Cleanup yielding a small speed boost: before rich comparisons were

introduced, list.sort() was rewritten to use only the "< or not <?"
distinction.  After rich comparisons were introduced, docompare() was
fiddled to translate a Py_LT Boolean result into the old "-1 for <,
0 for ==, 1 for >" flavor of outcome, and the sorting code was left
alone.  This left things more obscure than they should be, and turns
out it also cost measurable cycles.

So:  The old CMPERROR novelty is gone.  docompare() is renamed to islt(),
and now has the same return conditinos as PyObject_RichCompareBool.  The
SETK macro is renamed to ISLT, and is even weirder than before (don't
complain unless you want to maintain the sort code <wink>).

Overall, this yields a 1-2% speedup in the usual (no explicit function
passed to list.sort()) case when sorting arrays of floats (as sortperf.py
does).  The boost is higher for arrays of ints.
parent 3b01a121
......@@ -758,39 +758,28 @@ reverse_slice(PyObject **lo, PyObject **hi)
/* New quicksort implementation for arrays of object pointers.

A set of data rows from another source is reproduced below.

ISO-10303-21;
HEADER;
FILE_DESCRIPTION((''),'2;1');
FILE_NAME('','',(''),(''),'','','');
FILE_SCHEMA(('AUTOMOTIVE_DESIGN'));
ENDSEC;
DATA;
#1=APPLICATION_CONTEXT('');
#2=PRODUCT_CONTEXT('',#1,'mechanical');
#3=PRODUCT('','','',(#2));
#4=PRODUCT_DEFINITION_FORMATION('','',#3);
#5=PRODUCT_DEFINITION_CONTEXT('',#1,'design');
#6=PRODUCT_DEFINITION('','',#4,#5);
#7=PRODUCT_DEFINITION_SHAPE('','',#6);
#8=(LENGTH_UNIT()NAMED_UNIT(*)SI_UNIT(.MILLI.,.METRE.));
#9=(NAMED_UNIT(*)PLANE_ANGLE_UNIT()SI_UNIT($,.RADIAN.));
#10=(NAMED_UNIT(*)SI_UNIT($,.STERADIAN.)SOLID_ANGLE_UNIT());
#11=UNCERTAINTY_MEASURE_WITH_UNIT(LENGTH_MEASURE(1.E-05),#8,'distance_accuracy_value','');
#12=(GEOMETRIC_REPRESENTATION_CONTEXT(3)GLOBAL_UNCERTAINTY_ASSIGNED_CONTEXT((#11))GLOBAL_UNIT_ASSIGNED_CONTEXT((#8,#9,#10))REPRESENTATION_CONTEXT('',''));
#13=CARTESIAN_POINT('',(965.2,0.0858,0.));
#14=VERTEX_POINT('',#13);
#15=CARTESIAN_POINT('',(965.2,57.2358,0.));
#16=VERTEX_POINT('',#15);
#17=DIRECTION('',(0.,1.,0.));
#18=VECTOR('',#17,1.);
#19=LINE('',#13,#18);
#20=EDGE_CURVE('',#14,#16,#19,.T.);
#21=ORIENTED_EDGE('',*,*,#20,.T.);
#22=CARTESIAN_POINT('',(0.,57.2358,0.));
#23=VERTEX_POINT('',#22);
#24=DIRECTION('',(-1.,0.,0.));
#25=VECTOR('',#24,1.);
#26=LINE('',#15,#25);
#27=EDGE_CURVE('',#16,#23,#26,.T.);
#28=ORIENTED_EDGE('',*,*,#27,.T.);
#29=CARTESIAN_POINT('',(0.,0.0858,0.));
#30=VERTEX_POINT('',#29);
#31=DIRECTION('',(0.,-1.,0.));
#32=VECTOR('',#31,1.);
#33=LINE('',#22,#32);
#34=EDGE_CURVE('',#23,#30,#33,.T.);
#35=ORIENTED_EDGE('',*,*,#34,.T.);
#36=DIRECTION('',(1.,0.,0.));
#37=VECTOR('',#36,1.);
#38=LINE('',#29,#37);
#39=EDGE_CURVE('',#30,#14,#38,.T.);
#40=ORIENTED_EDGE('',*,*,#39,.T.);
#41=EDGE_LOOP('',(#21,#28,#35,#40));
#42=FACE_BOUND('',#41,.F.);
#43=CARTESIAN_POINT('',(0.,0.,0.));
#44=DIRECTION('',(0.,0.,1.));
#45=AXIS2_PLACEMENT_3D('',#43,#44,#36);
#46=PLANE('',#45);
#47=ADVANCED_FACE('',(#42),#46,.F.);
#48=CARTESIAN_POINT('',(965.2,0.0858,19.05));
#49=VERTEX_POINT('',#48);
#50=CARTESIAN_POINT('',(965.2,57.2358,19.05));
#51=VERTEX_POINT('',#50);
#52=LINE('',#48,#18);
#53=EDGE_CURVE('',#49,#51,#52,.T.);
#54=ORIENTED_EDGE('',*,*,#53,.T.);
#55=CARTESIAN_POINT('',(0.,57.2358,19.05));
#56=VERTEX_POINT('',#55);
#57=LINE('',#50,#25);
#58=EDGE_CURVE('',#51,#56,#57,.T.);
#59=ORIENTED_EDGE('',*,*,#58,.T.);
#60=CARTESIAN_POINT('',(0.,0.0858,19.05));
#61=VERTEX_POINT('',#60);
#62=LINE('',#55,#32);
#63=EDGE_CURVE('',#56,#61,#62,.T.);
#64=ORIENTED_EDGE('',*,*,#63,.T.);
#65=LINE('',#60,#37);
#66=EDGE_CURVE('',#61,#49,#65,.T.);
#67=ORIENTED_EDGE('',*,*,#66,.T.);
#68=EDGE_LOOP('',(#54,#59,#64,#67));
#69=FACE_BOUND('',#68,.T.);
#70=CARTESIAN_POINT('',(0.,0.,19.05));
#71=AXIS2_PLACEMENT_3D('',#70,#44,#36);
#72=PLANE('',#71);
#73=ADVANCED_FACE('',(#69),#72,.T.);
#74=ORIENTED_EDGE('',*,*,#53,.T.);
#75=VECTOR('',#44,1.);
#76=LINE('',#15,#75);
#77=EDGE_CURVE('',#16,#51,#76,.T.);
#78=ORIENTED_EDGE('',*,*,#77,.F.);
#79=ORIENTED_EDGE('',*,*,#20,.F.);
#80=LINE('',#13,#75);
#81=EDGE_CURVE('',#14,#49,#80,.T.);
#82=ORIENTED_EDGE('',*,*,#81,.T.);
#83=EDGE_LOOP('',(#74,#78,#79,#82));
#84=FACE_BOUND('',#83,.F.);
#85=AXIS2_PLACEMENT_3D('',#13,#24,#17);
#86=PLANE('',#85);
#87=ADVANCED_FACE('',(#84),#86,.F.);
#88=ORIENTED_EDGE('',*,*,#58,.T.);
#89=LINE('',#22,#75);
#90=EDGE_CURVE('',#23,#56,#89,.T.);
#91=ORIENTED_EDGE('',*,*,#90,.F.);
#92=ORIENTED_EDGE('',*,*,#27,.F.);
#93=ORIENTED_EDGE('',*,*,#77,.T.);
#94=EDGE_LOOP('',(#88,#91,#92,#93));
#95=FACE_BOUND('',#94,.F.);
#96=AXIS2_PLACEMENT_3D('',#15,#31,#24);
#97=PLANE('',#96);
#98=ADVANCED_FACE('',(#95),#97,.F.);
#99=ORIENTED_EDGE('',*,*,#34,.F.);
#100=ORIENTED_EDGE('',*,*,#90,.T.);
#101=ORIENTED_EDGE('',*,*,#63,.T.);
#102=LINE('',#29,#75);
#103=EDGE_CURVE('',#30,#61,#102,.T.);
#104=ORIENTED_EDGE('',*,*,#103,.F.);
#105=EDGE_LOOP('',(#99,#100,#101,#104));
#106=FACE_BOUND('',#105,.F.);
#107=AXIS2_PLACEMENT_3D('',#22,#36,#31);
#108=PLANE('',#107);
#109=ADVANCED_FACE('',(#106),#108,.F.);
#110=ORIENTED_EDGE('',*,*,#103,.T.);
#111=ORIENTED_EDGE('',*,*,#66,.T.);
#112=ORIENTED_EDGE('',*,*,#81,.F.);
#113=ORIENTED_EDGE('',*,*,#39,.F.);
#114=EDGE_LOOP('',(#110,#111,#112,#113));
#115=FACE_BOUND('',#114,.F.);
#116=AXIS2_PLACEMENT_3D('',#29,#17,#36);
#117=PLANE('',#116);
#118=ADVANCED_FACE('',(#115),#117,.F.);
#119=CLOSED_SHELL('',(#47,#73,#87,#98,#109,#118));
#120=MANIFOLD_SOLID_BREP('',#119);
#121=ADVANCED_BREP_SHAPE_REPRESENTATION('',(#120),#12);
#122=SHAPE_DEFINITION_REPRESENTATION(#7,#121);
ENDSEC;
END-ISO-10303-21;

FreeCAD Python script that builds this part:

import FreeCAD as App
import Part
import Sketcher
from FreeCAD import Vector
Q = App.Units.Quantity


def add_polygon(sketch, points):
    """Adds a closed chain of lines whose ends are joined by coincident constraints."""
    first, n = sketch.GeometryCount, len(points)
    for a, b in zip(points, points[1:] + points[:1]):
        sketch.addGeometry(Part.LineSegment(App.Vector(*a, 0), App.Vector(*b, 0)), False)
    for i in range(n):
        sketch.addConstraint(Sketcher.Constraint("Coincident", first + i, 2, first + (i + 1) % n, 1))

doc = App.newDocument("Part")
params = doc.addObject("Spreadsheet::Sheet", "Params")
for row, (alias, value) in enumerate([
    ("sketch1_width", "38 in"),
    ("sketch1_height", "2.25 in"),
    ("pad1_length", "0.75 in"),
], start=1):
    params.set(f"A{row}", alias)
    params.set(f"B{row}", "=" + value)
    params.setAlias(f"B{row}", alias)

body = doc.addObject("PartDesign::Body", "Body")

# Sketch on XY plane
sketch1 = body.newObject("Sketcher::SketchObject", "Sketch")
sketch1.AttachmentSupport = (doc.getObject("XY_Plane"), [""])
sketch1.MapMode = "FlatFace"
add_polygon(sketch1, [(965.2, 0.0858), (965.2, 57.2358), (0, 57.2358), (0, 0.0858)])  # lines 0-3
sketch1.addConstraint([
    Sketcher.Constraint("Vertical", 0),
    Sketcher.Constraint("Horizontal", 1),
    Sketcher.Constraint("Vertical", 2),
    Sketcher.Constraint("Horizontal", 3),
    Sketcher.Constraint("PointOnObject", 1, 2, -2),
    Sketcher.Constraint("DistanceX", 1, 2, 1, 1, Q("38 in")),
    Sketcher.Constraint("DistanceY", 0, 1, 0, 2, Q("2.25 in")),
    Sketcher.Constraint("DistanceY", -1, 1, 0, 2, 57.2358),
])
sketch1.setExpression("Constraints[9]", "Params.sketch1_width")
sketch1.setExpression("Constraints[10]", "Params.sketch1_height")
pad1 = body.newObject("PartDesign::Pad", "Pad")
pad1.Profile = sketch1
pad1.setExpression("Length", "Params.pad1_length")

doc.recompute()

Thanks to discussions with Tim Peters. */
/* CMPERROR is returned by our comparison function when an error
occurred. This is the largest negative integer (0x80000000 on a
32-bit system). */
#define CMPERROR ( (int) ((unsigned int)1 << (8*sizeof(int) - 1)) )

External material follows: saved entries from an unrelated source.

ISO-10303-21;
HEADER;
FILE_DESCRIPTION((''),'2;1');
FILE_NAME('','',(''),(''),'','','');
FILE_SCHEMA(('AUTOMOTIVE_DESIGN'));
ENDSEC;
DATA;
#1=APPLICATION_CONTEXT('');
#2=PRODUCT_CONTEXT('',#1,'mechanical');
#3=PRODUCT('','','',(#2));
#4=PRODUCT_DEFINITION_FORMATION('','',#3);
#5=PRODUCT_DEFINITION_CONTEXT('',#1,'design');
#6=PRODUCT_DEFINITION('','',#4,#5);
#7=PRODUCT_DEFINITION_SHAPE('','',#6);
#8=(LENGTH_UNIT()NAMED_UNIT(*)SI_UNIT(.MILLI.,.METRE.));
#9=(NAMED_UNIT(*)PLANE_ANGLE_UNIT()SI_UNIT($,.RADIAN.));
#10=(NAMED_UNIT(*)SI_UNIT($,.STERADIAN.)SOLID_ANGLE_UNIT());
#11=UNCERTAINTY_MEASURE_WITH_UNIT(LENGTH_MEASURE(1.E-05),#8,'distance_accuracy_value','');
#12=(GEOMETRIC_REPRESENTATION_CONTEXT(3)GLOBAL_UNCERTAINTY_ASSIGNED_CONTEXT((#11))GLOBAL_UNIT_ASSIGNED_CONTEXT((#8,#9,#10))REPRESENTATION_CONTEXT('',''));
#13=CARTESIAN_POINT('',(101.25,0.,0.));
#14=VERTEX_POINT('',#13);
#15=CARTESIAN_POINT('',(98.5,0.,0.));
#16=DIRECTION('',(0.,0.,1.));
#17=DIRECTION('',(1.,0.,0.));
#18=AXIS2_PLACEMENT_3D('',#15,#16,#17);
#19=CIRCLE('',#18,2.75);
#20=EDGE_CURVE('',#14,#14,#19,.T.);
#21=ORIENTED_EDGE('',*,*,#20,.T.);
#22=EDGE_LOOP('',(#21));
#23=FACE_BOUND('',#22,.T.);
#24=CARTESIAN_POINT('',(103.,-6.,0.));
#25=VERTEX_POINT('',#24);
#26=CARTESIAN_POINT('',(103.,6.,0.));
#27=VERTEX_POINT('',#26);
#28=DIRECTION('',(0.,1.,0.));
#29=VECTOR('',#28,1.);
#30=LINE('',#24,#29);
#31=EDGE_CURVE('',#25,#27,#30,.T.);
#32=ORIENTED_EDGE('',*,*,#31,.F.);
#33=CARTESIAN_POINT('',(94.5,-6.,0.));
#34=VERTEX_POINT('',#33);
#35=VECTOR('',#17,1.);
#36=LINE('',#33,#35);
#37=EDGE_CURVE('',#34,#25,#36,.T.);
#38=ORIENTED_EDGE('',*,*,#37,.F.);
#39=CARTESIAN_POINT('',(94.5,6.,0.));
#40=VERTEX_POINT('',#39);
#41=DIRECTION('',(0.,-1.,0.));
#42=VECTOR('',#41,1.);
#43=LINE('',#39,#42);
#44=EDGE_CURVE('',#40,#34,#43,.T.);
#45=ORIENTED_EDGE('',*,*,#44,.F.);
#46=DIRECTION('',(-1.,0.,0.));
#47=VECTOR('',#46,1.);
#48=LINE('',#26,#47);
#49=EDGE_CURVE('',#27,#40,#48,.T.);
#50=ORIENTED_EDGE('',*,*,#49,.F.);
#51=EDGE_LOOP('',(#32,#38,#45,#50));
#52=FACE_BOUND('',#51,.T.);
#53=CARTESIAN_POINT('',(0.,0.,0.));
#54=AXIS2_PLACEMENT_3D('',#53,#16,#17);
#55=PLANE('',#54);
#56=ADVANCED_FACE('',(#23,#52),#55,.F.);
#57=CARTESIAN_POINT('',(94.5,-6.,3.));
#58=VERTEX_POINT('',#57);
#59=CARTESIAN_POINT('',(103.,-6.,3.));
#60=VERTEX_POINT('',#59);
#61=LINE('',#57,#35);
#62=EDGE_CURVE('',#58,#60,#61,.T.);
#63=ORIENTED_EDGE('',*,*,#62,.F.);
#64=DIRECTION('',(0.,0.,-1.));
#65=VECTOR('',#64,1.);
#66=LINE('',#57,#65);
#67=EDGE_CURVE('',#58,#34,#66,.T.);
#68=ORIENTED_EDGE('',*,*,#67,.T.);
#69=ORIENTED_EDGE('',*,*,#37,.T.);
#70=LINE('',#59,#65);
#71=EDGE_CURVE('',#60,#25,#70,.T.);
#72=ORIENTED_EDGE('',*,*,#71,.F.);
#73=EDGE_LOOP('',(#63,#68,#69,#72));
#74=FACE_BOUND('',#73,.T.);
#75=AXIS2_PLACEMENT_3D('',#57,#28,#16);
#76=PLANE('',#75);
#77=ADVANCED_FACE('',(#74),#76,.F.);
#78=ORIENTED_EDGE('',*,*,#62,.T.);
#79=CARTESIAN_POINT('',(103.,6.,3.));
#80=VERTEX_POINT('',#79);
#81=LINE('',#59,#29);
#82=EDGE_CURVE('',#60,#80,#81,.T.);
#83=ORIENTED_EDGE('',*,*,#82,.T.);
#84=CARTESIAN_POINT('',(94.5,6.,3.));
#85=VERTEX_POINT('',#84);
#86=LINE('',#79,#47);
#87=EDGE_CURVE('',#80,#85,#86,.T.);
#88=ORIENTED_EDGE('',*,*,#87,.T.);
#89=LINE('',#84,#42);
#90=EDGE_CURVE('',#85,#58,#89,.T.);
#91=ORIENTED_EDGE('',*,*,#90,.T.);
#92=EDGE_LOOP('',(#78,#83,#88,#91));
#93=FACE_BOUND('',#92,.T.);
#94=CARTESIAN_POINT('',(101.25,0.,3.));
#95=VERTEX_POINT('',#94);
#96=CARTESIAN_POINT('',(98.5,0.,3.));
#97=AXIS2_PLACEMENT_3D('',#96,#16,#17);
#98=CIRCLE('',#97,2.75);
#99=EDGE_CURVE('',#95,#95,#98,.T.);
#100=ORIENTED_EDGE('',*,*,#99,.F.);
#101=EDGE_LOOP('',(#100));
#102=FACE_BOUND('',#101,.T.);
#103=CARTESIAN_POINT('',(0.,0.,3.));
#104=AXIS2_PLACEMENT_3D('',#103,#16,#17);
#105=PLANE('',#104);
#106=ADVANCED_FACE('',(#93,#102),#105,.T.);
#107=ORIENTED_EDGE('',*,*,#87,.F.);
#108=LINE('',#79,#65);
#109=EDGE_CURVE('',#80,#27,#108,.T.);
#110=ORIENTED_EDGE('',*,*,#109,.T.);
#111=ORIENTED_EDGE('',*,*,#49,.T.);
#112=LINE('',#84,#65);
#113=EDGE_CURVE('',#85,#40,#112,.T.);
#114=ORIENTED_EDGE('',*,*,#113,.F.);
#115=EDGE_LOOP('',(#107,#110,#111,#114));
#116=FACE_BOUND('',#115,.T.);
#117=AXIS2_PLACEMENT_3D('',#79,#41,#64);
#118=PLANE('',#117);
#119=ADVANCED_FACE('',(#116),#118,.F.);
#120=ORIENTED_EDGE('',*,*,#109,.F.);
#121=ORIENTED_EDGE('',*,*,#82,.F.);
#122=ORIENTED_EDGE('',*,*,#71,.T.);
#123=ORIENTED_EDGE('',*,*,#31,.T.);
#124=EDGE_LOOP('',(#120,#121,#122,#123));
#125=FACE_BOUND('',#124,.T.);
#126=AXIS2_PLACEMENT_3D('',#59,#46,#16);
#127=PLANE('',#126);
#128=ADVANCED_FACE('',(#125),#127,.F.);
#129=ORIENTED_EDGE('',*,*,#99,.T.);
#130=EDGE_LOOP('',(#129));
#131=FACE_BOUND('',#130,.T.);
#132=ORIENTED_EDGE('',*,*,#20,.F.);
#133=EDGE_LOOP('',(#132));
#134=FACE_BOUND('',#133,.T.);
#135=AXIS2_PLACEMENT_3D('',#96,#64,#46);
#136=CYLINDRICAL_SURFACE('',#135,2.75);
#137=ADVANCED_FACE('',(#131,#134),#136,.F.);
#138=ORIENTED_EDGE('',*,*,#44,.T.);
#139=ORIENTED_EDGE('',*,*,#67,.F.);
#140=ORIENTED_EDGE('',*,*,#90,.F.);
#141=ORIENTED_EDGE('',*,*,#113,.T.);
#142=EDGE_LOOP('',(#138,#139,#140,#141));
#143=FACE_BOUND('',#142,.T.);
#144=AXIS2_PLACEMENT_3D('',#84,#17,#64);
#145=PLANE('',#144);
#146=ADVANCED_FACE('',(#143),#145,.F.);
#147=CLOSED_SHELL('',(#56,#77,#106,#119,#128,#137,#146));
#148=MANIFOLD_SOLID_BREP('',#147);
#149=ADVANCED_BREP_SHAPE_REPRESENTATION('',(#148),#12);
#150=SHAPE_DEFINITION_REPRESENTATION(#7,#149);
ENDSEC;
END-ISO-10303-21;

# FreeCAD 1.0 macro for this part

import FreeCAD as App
import Part
import Sketcher
from FreeCAD import Vector
Q = App.Units.Quantity

doc = App.newDocument("Part")
body = doc.addObject("PartDesign::Body", "Body")

sketch1 = doc.addObject("Sketcher::SketchObject", "Sketch")
body.addObject(sketch1)
sketch1.AttachmentSupport = (doc.XY_Plane, [""])
sketch1.MapMode = "FlatFace"
sketch1.addGeometry([
    Part.LineSegment(Vector(94.5, 6, 0), Vector(94.5, -6, 0)),
    Part.LineSegment(Vector(94.5, -6, 0), Vector(103, -6, 0)),
    Part.LineSegment(Vector(103, -6, 0), Vector(103, 6, 0)),
    Part.LineSegment(Vector(103, 6, 0), Vector(94.5, 6, 0)),
    Part.Circle(Vector(98.5, 0, 0), Vector(0, 0, 1), 2.8),
], False)
sketch1.addConstraint([
    Sketcher.Constraint("Coincident", 0, 2, 1, 1),
    Sketcher.Constraint("Coincident", 1, 2, 2, 1),
    Sketcher.Constraint("Coincident", 2, 2, 3, 1),
    Sketcher.Constraint("Coincident", 3, 2, 0, 1),
    Sketcher.Constraint("Vertical", 0),
    Sketcher.Constraint("Horizontal", 1),
    Sketcher.Constraint("Vertical", 2),
    Sketcher.Constraint("Horizontal", 3),
    Sketcher.Constraint("PointOnObject", 4, 3, -1),
    Sketcher.Constraint("Diameter", 4, Q("5.5 mm")),
    Sketcher.Constraint("DistanceY", 0, 2, 0, 1, Q("12 mm")),
    Sketcher.Constraint("DistanceX", 1, 1, 1, 2, Q("8.5 mm")),
    Sketcher.Constraint("DistanceY", 0, 2, -1, 1, Q("6 mm")),
    Sketcher.Constraint("DistanceX", -1, 1, 1, 2, Q("103 mm")),
    Sketcher.Constraint("DistanceX", 0, 2, 4, 3, Q("4 mm")),
])
pad1 = doc.addObject("PartDesign::Pad", "Pad")
body.addObject(pad1)
pad1.Profile = sketch1
pad1.Length = 3

doc.recompute()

/* Comparison function. Takes care of calling a user-supplied
comparison function (any callable Python object). Calls the
standard comparison function, PyObject_Compare(), if the user-
supplied function is NULL. */
standard comparison function, PyObject_RichCompareBool(), if the user-
supplied function is NULL.
Returns <0 on error, >0 if x < y, 0 if x >= y. */
static int
docompare(PyObject *x, PyObject *y, PyObject *compare)

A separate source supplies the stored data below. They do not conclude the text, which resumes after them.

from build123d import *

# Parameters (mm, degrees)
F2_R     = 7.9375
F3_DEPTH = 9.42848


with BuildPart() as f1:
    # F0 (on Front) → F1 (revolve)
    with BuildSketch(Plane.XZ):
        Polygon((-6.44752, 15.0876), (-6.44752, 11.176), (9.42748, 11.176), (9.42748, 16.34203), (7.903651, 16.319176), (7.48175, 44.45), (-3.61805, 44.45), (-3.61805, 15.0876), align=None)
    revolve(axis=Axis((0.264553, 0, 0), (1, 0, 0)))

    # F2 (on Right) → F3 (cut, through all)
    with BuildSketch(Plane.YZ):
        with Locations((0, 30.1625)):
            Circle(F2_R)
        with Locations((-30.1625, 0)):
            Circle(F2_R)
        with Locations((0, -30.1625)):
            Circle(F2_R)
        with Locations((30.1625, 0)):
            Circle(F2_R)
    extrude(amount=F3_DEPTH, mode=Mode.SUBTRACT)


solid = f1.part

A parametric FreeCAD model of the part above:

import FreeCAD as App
import Part
import Sketcher
from FreeCAD import Vector
Q = App.Units.Quantity


def add_polygon(sketch, points):
    """Adds a closed chain of lines whose ends are joined by coincident constraints."""
    first, n = sketch.GeometryCount, len(points)
    for a, b in zip(points, points[1:] + points[:1]):
        sketch.addGeometry(Part.LineSegment(App.Vector(*a, 0), App.Vector(*b, 0)), False)
    for i in range(n):
        sketch.addConstraint(Sketcher.Constraint("Coincident", first + i, 2, first + (i + 1) % n, 1))

doc = App.newDocument("Part")
body = doc.addObject("PartDesign::Body", "Body")

sketch1 = doc.addObject("Sketcher::SketchObject", "Sketch")
body.addObject(sketch1)
sketch1.AttachmentSupport = (doc.XZ_Plane, [""])
sketch1.MapMode = "FlatFace"
add_polygon(sketch1, [(-6.44752, 15.0876), (-6.44752, 11.176), (9.42748, 11.176), (9.42748, 16.34203), (7.903651, 16.319176), (7.48175, 44.45), (-3.61805, 44.45), (-3.61805, 15.0876)])
sketch1.addConstraint(Sketcher.Constraint("Vertical", 0))
sketch1.addConstraint(Sketcher.Constraint("Horizontal", 1))
sketch1.addConstraint(Sketcher.Constraint("Vertical", 2))
sketch1.addConstraint(Sketcher.Constraint("Horizontal", 5))
sketch1.addConstraint(Sketcher.Constraint("Vertical", 6))
sketch1.addConstraint(Sketcher.Constraint("Horizontal", 7))
sketch1.addConstraint(Sketcher.Constraint("Perpendicular", 3, 4))
sketch1.addConstraint(Sketcher.Constraint("Distance", 3, Q("0.06 in")))
sketch1.addConstraint(Sketcher.Constraint("DistanceX", 1, 1, 1, 2, Q("0.625 in")))
sketch1.addConstraint(Sketcher.Constraint("DistanceX", 5, 2, 5, 1, Q("0.437 in")))
sketch1.addConstraint(Sketcher.Constraint("DistanceY", 0, 2, 0, 1, Q("0.154 in")))
sketch1.addConstraint(Sketcher.Constraint("DistanceY", 6, 2, 6, 1, Q("1.156 in")))
sketch1.addConstraint(Sketcher.Constraint("DistanceY", -1, 1, 0, 2, Q("0.44 in")))
sketch1.addConstraint(Sketcher.Constraint("DistanceX", 7, 2, 7, 1, 2.82947))
sketch1.addConstraint(Sketcher.Constraint("DistanceY", 2, 1, 2, 2, 5.16603))
sketch1.addConstraint(Sketcher.Constraint("DistanceX", 0, 2, -1, 1, 6.44752))
revolution = doc.addObject("PartDesign::Revolution", "Revolution")
body.addObject(revolution)
revolution.Profile = sketch1
revolution.ReferenceAxis = (sketch1, ["H_Axis"])
revolution.Angle = 360

sketch2 = doc.addObject("Sketcher::SketchObject", "Sketch001")
body.addObject(sketch2)
sketch2.AttachmentSupport = (doc.YZ_Plane, [""])
sketch2.MapMode = "FlatFace"
sketch2.addGeometry(Part.Circle(Vector(0, 30.1625, 0), Vector(0, 0, 1), 7.9375), False)
sketch2.addGeometry(Part.Circle(Vector(-30.1625, 0, 0), Vector(0, 0, 1), 7.9375), False)
sketch2.addGeometry(Part.Circle(Vector(0, -30.1625, 0), Vector(0, 0, 1), 7.9375), False)
sketch2.addGeometry(Part.Circle(Vector(30.1625, 0, 0), Vector(0, 0, 1), 7.9375), False)
sketch2.addConstraint(Sketcher.Constraint("Equal", 0, 1))
sketch2.addConstraint(Sketcher.Constraint("Equal", 1, 2))
sketch2.addConstraint(Sketcher.Constraint("Equal", 2, 3))
sketch2.addConstraint(Sketcher.Constraint("Symmetric", 0, 3, 2, 3, -1, 1))
sketch2.addConstraint(Sketcher.Constraint("Symmetric", 1, 3, 3, 3, -1, 1))
sketch2.addConstraint(Sketcher.Constraint("PointOnObject", 0, 3, -2))
sketch2.addConstraint(Sketcher.Constraint("PointOnObject", 1, 3, -1))
sketch2.addConstraint(Sketcher.Constraint("Diameter", 0, Q("0.625 in")))
sketch2.addConstraint(Sketcher.Constraint("DistanceY", -1, 1, 0, 3, Q("1.1875 in")))
sketch2.addConstraint(Sketcher.Constraint("DistanceX", 1, 3, -1, 1, Q("1.1875 in")))
pocket1 = doc.addObject("PartDesign::Pocket", "Pocket")
body.addObject(pocket1)
pocket1.Profile = sketch2
pocket1.Type = "ThroughAll"
pocket1.Reversed = True

doc.recompute()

islt(PyObject *x, PyObject *y, PyObject *compare)
{
PyObject *res;
PyObject *args;
int i;
if (compare == NULL) {
/* NOTE: we rely on the fact here that the sorting algorithm
only ever checks whether k<0, i.e., whether x<y. So we
invoke the rich comparison function with Py_LT ('<'), and
return -1 when it returns true and 0 when it returns
false. */
i = PyObject_RichCompareBool(x, y, Py_LT);
if (i < 0)
return CMPERROR;
else
return -i;
}
if (compare == NULL)
return PyObject_RichCompareBool(x, y, Py_LT);
/* Call the user's comparison function and translate the 3-way
* result into true or false (or error).
*/
args = PyTuple_New(2);
if (args == NULL)
return CMPERROR;
return -1;
Py_INCREF(x);
Py_INCREF(y);
PyTuple_SET_ITEM(args, 0, x);
......@@ -798,20 +787,16 @@ docompare(PyObject *x, PyObject *y, PyObject *compare)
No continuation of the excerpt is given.